» Task statement
Using the listing below, copy exactly the lines from the one containing "v 12.271 10 22.372" to the one containing "v -34.372 28.169 2.27", both lines included, and no others.

=== Begin Enclosure ===

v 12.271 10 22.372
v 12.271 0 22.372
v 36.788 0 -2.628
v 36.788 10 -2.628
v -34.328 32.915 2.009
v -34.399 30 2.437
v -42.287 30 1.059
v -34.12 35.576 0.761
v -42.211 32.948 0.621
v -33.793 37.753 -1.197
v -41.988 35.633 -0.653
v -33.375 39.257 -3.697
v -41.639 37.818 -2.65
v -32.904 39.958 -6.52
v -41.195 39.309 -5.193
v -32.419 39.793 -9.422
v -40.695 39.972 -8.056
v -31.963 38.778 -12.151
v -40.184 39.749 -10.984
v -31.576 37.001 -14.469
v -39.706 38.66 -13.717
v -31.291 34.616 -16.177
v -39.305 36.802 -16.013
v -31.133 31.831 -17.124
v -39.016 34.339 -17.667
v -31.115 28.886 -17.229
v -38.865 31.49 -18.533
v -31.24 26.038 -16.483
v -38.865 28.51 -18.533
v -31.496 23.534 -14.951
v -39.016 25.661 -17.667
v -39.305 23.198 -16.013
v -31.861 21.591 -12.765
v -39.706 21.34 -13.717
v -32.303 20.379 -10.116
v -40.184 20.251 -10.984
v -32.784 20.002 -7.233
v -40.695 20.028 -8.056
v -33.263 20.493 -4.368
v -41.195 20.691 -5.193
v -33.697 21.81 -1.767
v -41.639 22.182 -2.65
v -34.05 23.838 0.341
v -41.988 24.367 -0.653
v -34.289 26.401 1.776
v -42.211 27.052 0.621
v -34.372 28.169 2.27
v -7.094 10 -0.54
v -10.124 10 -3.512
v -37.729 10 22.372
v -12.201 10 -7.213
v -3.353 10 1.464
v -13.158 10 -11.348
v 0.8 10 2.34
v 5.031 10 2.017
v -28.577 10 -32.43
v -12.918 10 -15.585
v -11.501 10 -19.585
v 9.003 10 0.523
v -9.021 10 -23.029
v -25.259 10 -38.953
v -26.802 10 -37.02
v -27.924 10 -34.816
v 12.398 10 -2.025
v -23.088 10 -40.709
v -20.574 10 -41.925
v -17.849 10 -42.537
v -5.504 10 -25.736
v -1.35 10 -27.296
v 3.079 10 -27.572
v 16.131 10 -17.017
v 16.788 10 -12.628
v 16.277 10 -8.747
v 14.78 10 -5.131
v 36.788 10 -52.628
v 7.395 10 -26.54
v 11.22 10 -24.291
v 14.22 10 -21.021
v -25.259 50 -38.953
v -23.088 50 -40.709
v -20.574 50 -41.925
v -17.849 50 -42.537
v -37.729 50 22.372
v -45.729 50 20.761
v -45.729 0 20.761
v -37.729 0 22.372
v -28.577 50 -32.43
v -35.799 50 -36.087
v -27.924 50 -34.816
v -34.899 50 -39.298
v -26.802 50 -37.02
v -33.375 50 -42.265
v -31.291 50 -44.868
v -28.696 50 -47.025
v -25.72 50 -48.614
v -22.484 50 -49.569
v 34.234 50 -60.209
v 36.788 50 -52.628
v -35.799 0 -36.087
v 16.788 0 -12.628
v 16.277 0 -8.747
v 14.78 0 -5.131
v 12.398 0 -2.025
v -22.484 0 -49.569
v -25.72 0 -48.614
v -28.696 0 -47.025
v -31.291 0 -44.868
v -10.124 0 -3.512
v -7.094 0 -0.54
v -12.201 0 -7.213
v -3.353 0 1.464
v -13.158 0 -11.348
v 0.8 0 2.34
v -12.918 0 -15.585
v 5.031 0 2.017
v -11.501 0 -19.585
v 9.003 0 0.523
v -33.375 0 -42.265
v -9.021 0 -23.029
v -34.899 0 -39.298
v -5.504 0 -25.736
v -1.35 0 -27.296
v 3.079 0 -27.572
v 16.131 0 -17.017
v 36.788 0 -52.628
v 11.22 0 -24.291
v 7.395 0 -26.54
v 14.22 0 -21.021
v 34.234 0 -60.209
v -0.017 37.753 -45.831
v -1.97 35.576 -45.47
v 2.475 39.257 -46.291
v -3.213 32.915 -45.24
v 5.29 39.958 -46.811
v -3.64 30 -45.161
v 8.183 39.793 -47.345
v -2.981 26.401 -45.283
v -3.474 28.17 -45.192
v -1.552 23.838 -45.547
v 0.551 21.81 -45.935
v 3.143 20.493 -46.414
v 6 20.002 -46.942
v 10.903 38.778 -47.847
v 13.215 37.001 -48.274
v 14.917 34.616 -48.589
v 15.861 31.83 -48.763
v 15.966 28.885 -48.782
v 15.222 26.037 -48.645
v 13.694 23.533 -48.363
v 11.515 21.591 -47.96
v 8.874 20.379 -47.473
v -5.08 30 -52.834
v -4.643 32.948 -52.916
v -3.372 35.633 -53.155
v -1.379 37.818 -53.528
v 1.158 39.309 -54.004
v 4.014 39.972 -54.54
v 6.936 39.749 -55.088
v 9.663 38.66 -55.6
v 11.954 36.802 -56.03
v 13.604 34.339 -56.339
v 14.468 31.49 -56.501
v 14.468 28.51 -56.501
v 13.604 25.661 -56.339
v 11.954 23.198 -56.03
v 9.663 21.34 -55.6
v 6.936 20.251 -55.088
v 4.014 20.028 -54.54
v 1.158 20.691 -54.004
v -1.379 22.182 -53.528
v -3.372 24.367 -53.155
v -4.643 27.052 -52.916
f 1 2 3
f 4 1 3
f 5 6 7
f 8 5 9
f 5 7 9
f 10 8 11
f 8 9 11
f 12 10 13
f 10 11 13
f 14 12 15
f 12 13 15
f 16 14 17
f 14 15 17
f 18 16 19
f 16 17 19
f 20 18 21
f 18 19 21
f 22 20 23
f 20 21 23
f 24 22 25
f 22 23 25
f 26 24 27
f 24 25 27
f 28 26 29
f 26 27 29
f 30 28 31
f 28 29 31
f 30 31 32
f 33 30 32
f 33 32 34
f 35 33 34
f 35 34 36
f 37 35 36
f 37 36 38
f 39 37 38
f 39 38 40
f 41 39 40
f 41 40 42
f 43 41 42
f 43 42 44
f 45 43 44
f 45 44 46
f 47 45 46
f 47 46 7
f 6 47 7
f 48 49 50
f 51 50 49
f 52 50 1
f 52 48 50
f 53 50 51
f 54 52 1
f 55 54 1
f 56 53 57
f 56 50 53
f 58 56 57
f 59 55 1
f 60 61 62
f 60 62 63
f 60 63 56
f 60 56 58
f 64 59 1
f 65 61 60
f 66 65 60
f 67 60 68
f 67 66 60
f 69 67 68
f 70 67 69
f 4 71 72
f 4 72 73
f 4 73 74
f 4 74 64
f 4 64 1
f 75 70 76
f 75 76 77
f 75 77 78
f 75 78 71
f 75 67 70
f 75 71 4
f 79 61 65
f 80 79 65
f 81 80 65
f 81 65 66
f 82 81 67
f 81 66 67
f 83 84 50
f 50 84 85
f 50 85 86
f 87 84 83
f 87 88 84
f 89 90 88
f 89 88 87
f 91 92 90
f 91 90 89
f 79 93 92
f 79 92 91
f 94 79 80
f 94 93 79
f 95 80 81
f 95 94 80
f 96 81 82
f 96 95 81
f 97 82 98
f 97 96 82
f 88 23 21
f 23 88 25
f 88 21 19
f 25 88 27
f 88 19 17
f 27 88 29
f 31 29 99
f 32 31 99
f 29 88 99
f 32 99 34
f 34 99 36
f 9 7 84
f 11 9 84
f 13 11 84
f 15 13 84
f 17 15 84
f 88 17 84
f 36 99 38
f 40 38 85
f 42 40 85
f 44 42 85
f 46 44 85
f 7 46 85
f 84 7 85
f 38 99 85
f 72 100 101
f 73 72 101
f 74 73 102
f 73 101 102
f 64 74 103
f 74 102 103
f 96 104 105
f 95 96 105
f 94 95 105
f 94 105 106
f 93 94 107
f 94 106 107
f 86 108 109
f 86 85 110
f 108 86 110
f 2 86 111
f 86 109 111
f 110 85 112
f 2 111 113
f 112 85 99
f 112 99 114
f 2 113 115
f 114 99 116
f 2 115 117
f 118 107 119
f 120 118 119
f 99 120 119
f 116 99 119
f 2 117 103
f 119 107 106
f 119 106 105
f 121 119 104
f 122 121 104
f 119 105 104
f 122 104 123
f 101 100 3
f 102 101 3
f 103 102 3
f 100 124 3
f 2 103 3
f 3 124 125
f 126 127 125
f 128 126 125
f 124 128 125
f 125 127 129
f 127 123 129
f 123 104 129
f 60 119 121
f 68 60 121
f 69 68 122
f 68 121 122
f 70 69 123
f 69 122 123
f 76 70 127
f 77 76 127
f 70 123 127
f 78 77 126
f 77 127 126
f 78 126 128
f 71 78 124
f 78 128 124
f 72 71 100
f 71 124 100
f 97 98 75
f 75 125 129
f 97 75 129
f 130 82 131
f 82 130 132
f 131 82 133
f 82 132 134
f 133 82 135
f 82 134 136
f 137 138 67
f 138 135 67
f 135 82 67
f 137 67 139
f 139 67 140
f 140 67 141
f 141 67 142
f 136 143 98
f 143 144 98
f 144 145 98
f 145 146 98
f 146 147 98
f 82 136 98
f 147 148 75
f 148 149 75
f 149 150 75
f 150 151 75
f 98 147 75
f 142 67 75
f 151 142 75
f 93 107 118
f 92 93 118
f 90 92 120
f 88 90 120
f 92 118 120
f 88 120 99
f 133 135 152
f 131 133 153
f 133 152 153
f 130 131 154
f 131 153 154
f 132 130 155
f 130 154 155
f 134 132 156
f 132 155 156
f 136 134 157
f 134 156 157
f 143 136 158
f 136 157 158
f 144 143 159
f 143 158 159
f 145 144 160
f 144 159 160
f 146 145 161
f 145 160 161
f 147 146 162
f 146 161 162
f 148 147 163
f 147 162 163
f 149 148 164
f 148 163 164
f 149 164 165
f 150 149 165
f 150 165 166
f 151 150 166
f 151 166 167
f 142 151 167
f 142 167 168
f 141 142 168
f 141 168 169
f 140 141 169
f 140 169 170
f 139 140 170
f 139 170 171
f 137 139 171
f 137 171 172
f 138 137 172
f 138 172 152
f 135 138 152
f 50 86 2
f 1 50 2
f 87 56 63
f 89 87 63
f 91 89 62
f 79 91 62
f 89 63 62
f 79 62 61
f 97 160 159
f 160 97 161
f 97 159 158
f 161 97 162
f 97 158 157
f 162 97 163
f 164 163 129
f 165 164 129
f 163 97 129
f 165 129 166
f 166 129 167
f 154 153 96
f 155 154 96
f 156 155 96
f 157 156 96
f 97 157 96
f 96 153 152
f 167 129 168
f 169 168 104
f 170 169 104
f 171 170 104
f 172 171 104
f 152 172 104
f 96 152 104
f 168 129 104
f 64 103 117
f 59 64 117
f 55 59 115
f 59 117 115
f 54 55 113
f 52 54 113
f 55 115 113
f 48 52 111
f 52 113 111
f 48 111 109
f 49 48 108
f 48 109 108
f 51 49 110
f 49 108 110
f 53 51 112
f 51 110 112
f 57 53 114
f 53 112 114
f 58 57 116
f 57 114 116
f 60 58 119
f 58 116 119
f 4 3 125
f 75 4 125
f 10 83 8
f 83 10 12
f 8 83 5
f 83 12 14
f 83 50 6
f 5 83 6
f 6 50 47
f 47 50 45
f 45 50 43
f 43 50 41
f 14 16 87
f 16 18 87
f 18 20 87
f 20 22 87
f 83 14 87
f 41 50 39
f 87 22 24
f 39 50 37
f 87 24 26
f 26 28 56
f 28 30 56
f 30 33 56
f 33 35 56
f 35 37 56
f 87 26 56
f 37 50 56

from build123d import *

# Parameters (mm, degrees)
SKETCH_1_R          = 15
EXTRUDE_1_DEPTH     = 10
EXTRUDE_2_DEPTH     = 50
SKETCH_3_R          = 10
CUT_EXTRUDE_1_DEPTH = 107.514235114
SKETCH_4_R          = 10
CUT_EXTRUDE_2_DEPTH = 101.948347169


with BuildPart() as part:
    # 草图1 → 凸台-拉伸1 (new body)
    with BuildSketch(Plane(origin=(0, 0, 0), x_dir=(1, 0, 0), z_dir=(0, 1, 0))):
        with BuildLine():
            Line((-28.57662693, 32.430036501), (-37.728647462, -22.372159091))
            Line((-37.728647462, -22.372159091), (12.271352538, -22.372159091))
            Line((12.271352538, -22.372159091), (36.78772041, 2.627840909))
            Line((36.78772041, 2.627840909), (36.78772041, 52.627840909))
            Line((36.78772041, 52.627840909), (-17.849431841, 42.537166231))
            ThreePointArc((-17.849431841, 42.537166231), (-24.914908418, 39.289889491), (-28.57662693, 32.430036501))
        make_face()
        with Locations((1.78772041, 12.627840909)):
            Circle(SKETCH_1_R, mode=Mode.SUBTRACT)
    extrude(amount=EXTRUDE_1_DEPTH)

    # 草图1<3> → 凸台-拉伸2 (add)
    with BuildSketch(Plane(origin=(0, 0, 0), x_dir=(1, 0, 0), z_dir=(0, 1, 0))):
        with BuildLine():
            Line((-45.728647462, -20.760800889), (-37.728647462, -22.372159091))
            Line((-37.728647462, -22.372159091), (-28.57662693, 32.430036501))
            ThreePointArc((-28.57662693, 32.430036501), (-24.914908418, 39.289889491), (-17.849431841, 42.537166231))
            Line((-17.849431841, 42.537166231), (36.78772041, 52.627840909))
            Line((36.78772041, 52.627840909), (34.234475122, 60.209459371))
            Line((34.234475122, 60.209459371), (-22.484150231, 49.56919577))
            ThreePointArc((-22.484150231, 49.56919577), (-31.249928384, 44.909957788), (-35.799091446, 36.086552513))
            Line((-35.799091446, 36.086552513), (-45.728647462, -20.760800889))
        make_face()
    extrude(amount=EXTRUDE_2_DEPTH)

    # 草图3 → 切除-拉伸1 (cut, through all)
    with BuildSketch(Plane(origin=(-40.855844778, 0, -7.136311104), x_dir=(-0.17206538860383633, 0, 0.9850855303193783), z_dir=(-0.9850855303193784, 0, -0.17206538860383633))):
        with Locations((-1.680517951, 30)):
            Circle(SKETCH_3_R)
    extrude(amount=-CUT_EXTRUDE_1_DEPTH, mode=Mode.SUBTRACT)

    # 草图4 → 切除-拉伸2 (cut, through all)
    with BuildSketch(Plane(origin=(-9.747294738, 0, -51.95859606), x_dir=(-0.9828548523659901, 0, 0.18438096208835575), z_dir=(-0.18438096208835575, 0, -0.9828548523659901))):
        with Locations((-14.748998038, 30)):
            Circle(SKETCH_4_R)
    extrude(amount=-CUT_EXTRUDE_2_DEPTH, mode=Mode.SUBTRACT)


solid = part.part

=== End Enclosure ===
=== Begin Enclosure ===

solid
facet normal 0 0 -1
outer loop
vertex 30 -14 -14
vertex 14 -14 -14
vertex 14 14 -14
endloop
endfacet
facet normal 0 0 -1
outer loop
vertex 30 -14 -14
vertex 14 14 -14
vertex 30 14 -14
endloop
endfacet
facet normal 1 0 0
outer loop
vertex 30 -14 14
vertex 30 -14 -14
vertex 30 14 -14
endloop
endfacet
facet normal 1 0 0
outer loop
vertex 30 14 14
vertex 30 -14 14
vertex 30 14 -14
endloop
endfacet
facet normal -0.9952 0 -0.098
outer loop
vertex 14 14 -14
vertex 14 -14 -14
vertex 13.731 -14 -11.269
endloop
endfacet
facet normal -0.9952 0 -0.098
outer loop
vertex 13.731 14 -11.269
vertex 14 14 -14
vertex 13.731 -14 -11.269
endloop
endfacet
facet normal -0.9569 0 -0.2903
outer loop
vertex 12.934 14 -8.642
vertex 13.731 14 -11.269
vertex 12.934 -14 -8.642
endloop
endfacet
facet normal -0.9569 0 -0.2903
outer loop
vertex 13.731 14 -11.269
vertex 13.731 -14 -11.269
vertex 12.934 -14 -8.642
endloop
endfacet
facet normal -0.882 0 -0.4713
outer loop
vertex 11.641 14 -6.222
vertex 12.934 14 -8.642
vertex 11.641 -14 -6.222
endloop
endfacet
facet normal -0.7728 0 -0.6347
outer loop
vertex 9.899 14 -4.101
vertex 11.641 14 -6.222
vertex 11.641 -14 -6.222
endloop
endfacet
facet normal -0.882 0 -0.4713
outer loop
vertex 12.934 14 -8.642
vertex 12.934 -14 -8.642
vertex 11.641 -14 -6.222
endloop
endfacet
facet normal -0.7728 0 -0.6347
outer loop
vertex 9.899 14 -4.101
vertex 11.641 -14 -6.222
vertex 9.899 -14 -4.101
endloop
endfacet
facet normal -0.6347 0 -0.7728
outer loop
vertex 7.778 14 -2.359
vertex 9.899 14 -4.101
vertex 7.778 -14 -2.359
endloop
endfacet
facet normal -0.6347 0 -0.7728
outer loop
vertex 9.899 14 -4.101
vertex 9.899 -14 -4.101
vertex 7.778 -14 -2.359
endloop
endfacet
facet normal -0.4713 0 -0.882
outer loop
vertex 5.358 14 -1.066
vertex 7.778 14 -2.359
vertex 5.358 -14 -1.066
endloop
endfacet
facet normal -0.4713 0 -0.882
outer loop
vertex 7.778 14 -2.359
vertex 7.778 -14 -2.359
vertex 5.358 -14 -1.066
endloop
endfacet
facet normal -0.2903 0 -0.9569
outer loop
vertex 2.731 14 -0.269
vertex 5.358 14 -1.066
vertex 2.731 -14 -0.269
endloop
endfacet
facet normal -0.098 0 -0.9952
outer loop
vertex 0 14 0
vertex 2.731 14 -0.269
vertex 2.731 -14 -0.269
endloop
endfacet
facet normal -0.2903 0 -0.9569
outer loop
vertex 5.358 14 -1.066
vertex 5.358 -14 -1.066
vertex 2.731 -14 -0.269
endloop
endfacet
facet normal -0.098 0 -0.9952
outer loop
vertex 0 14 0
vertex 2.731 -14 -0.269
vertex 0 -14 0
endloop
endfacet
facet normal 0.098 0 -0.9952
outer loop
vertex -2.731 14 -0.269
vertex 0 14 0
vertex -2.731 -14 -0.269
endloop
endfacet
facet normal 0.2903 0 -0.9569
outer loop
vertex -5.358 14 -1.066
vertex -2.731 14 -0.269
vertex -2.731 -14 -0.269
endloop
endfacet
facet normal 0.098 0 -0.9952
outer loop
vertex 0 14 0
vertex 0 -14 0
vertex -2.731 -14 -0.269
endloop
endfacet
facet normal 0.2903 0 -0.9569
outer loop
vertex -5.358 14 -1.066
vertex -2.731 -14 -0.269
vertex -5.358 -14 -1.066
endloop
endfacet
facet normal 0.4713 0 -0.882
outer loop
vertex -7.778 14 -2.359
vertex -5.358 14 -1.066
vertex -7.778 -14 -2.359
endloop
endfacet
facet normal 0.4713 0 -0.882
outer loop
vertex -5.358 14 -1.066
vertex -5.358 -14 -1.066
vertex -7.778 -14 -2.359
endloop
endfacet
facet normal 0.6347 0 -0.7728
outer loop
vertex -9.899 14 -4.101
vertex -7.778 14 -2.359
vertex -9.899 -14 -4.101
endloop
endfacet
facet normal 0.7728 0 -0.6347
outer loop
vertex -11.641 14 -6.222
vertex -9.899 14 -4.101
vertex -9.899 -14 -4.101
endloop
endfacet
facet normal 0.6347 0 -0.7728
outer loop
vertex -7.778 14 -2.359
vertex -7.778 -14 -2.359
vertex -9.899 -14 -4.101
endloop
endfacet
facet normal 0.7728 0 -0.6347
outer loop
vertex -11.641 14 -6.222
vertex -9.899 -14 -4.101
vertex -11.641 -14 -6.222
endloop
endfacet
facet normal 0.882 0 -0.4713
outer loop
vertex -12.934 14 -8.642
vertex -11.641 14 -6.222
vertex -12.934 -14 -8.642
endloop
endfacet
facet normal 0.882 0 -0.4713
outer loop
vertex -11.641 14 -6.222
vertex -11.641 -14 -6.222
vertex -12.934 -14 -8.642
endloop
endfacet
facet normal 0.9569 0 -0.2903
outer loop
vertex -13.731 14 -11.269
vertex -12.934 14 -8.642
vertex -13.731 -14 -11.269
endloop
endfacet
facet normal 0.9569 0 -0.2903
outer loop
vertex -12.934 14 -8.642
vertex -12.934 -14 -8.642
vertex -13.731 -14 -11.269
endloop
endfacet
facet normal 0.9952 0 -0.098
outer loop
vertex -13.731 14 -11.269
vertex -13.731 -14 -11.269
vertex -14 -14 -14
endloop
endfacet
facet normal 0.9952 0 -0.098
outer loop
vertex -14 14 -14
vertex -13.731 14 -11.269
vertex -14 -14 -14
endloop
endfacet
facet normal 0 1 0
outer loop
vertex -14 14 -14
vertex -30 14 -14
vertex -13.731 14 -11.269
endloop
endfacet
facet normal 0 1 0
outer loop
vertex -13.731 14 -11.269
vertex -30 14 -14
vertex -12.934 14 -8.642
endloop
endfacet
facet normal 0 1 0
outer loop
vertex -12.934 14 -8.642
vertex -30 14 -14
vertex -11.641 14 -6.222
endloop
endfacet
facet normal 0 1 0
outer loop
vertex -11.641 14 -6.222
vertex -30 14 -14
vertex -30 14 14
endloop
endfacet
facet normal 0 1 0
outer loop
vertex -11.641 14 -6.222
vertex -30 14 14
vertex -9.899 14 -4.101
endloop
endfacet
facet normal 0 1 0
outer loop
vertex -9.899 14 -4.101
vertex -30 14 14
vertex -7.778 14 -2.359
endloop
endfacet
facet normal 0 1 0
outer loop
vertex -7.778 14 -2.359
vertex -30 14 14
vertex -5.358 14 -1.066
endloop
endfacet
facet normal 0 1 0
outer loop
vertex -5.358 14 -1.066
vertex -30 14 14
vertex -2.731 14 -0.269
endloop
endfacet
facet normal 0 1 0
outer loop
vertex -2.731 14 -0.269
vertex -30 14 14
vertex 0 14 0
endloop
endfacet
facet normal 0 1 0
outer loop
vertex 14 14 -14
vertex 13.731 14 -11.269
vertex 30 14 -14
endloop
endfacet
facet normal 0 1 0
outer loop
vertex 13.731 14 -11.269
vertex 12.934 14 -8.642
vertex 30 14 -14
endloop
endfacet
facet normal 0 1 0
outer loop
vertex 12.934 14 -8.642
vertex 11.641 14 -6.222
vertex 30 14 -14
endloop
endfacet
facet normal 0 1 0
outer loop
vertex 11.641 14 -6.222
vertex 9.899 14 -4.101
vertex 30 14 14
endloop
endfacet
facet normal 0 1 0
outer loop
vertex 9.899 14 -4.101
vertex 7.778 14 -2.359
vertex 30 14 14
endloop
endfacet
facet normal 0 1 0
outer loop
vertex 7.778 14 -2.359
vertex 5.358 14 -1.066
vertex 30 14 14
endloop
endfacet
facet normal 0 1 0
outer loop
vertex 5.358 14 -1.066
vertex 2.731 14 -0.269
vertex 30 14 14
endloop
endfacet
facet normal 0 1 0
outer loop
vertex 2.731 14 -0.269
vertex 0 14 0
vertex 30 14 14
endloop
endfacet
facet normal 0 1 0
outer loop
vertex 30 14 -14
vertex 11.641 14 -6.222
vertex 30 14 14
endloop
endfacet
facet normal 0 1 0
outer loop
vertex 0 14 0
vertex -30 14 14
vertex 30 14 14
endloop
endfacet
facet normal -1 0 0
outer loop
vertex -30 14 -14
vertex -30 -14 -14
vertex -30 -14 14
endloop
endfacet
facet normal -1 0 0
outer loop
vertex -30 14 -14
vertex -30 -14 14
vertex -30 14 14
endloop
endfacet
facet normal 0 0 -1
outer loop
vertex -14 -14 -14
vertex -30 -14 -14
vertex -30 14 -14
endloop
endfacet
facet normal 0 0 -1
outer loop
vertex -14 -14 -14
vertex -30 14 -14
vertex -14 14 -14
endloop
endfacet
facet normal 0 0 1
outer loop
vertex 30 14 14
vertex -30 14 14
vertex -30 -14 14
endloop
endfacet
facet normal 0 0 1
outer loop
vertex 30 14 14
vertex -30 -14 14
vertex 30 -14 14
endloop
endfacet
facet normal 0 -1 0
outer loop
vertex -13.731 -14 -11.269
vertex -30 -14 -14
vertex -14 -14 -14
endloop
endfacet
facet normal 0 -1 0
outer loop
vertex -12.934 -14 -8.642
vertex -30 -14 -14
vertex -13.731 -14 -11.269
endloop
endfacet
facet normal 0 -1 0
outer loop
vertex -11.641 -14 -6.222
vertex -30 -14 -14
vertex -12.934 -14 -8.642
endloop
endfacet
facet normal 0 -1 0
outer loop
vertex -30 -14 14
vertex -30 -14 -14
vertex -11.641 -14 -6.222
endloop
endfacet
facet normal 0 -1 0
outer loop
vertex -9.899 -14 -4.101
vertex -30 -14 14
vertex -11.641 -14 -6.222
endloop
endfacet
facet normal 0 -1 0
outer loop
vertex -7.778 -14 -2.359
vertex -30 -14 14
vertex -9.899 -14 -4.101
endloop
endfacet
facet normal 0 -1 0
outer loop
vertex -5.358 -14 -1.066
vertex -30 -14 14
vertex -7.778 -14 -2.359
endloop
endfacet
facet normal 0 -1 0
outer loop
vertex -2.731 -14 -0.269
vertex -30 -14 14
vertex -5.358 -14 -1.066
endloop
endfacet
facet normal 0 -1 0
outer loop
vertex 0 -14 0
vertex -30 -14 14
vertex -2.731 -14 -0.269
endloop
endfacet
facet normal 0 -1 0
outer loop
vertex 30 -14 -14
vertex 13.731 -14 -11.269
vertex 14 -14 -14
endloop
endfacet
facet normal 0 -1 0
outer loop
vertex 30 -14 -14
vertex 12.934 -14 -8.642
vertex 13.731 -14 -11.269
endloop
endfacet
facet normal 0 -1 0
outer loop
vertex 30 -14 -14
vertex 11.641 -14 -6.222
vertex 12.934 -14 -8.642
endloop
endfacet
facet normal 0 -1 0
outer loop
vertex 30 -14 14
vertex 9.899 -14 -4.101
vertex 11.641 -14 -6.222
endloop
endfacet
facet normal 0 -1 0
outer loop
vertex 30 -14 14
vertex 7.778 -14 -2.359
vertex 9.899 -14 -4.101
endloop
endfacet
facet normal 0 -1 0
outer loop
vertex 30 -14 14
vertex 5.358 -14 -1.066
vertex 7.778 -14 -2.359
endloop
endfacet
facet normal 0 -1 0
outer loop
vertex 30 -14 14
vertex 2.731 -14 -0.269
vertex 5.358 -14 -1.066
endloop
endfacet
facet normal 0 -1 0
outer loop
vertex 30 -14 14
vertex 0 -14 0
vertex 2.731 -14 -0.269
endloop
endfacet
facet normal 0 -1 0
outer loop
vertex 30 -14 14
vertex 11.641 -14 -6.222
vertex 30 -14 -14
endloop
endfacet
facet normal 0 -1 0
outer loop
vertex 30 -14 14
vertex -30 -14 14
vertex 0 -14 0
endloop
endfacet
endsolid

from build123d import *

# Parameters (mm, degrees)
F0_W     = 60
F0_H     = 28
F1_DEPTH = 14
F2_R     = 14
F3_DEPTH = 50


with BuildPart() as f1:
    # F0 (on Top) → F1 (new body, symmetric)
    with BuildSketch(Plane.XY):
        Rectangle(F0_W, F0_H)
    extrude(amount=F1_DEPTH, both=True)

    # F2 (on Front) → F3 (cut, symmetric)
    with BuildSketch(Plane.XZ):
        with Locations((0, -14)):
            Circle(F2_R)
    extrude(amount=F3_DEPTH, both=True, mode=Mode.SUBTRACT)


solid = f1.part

=== End Enclosure ===

» Solution to this exercise
v 12.271 10 22.372
v 12.271 0 22.372
v 36.788 0 -2.628
v 36.788 10 -2.628
v -34.328 32.915 2.009
v -34.399 30 2.437
v -42.287 30 1.059
v -34.12 35.576 0.761
v -42.211 32.948 0.621
v -33.793 37.753 -1.197
v -41.988 35.633 -0.653
v -33.375 39.257 -3.697
v -41.639 37.818 -2.65
v -32.904 39.958 -6.52
v -41.195 39.309 -5.193
v -32.419 39.793 -9.422
v -40.695 39.972 -8.056
v -31.963 38.778 -12.151
v -40.184 39.749 -10.984
v -31.576 37.001 -14.469
v -39.706 38.66 -13.717
v -31.291 34.616 -16.177
v -39.305 36.802 -16.013
v -31.133 31.831 -17.124
v -39.016 34.339 -17.667
v -31.115 28.886 -17.229
v -38.865 31.49 -18.533
v -31.24 26.038 -16.483
v -38.865 28.51 -18.533
v -31.496 23.534 -14.951
v -39.016 25.661 -17.667
v -39.305 23.198 -16.013
v -31.861 21.591 -12.765
v -39.706 21.34 -13.717
v -32.303 20.379 -10.116
v -40.184 20.251 -10.984
v -32.784 20.002 -7.233
v -40.695 20.028 -8.056
v -33.263 20.493 -4.368
v -41.195 20.691 -5.193
v -33.697 21.81 -1.767
v -41.639 22.182 -2.65
v -34.05 23.838 0.341
v -41.988 24.367 -0.653
v -34.289 26.401 1.776
v -42.211 27.052 0.621
v -34.372 28.169 2.27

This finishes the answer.